> _Assignment_: Reproduce exactly the line that contains "f 154 163 164" and all lines that follow it in the records below, ending with the last one.
----- Data section -----
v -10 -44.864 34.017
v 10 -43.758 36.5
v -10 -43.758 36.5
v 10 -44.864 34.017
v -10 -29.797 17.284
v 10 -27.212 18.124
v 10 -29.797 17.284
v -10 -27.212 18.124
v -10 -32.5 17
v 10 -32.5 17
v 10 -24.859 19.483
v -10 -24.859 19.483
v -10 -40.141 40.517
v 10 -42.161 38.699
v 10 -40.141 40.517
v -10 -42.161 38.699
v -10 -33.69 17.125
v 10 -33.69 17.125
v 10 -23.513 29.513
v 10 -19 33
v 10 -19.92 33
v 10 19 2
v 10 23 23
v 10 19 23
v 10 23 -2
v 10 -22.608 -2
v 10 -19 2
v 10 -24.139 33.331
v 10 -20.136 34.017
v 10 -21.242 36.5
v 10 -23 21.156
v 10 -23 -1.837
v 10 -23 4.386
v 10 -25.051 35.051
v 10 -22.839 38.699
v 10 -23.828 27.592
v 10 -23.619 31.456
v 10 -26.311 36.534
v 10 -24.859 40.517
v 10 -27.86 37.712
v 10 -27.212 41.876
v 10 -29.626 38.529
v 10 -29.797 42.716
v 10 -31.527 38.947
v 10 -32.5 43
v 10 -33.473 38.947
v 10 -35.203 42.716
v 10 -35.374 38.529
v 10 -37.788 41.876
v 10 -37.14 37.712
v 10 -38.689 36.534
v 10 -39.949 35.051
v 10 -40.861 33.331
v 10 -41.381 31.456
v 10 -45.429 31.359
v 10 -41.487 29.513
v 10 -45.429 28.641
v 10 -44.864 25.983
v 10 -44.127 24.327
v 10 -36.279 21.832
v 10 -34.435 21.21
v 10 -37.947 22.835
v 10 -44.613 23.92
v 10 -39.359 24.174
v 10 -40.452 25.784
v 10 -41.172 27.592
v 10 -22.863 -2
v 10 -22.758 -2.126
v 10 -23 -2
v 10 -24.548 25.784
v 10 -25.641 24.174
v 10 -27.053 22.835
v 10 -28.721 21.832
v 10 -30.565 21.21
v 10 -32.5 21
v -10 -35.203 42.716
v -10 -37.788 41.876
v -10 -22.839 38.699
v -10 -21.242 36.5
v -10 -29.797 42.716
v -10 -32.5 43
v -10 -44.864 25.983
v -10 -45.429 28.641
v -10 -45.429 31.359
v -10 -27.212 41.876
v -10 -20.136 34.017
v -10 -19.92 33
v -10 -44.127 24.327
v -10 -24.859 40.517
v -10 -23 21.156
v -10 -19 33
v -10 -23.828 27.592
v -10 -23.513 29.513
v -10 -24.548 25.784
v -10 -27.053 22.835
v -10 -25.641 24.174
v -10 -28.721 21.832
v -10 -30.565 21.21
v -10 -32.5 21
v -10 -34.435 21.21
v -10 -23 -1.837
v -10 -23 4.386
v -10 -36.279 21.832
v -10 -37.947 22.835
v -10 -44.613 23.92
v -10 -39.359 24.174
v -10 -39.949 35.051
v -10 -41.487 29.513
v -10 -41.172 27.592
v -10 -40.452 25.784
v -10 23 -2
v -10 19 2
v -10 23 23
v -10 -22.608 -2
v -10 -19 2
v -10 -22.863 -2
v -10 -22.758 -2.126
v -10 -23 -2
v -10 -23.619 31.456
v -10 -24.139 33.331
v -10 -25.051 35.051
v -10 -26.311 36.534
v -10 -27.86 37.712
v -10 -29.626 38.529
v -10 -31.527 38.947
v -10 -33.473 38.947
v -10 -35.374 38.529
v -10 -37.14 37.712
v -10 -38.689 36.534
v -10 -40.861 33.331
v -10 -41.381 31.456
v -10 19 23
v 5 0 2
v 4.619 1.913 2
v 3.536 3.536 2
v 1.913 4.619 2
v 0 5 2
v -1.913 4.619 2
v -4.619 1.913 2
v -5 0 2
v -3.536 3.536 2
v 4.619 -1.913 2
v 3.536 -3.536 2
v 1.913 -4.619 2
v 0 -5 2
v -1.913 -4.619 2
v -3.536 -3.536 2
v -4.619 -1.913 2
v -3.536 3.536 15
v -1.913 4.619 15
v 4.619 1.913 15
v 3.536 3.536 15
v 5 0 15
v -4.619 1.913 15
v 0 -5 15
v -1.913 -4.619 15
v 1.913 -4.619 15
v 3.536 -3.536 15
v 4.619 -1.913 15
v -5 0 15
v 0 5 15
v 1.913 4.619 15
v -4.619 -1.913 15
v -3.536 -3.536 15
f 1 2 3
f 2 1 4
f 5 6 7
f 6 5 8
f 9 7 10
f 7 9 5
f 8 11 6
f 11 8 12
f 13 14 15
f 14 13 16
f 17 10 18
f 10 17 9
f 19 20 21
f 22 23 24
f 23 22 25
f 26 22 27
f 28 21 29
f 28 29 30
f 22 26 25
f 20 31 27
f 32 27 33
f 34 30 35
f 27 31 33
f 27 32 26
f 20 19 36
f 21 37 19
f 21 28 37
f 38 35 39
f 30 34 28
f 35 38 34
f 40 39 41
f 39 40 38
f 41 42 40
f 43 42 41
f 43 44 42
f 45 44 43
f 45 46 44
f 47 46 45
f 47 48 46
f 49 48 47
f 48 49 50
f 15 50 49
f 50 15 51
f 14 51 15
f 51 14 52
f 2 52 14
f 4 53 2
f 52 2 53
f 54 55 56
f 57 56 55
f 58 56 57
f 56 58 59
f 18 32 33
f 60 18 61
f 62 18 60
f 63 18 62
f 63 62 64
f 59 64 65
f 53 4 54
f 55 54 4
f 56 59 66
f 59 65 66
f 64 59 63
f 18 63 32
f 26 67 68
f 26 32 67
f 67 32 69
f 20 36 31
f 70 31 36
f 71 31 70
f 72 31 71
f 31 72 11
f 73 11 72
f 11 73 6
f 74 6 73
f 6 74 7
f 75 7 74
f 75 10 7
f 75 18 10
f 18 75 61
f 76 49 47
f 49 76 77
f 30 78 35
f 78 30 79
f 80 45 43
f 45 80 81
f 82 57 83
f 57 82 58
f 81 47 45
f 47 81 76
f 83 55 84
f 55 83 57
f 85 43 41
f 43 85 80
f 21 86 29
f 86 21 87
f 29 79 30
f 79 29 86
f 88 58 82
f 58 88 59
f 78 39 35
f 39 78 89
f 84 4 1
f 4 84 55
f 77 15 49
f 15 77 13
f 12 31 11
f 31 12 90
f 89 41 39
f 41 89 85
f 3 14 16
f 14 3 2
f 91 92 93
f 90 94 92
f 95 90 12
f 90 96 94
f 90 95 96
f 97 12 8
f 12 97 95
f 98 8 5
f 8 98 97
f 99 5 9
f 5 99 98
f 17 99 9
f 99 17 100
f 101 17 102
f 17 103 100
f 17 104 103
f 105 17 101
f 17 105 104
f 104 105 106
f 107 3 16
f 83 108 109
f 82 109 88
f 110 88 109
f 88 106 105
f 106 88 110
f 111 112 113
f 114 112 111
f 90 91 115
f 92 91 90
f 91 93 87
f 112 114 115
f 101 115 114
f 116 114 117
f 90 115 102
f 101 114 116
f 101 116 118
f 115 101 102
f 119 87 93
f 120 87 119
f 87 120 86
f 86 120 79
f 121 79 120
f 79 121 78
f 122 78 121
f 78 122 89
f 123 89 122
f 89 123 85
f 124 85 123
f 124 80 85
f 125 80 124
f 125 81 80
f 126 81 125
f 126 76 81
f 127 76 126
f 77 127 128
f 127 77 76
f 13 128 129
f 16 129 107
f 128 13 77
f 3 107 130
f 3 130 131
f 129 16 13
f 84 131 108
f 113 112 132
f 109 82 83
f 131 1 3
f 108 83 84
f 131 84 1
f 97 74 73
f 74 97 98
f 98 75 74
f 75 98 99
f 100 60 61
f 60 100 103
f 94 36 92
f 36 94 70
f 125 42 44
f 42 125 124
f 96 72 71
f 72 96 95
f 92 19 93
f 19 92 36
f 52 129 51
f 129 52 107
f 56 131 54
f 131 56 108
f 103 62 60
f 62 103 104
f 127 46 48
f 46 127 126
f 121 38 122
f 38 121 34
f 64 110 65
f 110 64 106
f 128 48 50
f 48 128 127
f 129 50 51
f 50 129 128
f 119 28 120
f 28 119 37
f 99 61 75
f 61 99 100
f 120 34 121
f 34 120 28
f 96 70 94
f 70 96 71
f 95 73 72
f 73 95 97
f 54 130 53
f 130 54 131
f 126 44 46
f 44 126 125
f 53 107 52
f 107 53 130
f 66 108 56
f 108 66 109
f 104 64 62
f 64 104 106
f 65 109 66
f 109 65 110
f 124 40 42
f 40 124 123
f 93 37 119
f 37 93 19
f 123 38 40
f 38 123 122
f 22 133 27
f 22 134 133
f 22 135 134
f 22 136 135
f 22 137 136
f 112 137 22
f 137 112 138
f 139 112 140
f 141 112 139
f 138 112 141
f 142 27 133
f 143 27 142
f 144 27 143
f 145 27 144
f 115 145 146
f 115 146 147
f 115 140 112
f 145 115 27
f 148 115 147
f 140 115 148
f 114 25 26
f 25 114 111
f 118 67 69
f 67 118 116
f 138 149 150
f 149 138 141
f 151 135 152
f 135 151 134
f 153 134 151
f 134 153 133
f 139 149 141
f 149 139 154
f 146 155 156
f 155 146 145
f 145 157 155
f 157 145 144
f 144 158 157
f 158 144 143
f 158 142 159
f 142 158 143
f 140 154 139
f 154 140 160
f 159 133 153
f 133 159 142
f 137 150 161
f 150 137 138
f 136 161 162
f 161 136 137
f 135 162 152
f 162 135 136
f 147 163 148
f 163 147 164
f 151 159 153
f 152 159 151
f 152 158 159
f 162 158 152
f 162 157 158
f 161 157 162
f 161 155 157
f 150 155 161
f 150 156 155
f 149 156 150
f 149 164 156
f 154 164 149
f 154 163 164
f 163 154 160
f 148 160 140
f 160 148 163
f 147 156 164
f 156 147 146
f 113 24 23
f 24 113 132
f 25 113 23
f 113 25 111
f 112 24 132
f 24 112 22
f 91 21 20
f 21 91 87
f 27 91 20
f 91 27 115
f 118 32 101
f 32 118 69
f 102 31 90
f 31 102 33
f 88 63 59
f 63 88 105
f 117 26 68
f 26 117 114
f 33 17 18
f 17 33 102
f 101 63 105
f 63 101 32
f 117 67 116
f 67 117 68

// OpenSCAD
cube([20,45,4], true);
cylinder(15,5,5);
translate([0,21,10.5]) cube([20,4,25], true);
translate([0,-21,15.5]) cube([20,4,35], true);
rotate([40,0,0])  translate([0,-16.8,30]) cube([20,4,34], true);

translate([0,-32.5,30])  rotate([0,90,0]) 
difference(){
cylinder(20,13,13, true);
cylinder(21,9,9, true);
}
-----
> _Answer space_:
f 154 163 164
f 163 154 160
f 148 160 140
f 160 148 163
f 147 156 164
f 156 147 146
f 113 24 23
f 24 113 132
f 25 113 23
f 113 25 111
f 112 24 132
f 24 112 22
f 91 21 20
f 21 91 87
f 27 91 20
f 91 27 115
f 118 32 101
f 32 118 69
f 102 31 90
f 31 102 33
f 88 63 59
f 63 88 105
f 117 26 68
f 26 117 114
f 33 17 18
f 17 33 102
f 101 63 105
f 63 101 32
f 117 67 116
f 67 117 68

// OpenSCAD
cube([20,45,4], true);
cylinder(15,5,5);
translate([0,21,10.5]) cube([20,4,25], true);
translate([0,-21,15.5]) cube([20,4,35], true);
rotate([40,0,0])  translate([0,-16.8,30]) cube([20,4,34], true);

translate([0,-32.5,30])  rotate([0,90,0]) 
difference(){
cylinder(20,13,13, true);
cylinder(21,9,9, true);
}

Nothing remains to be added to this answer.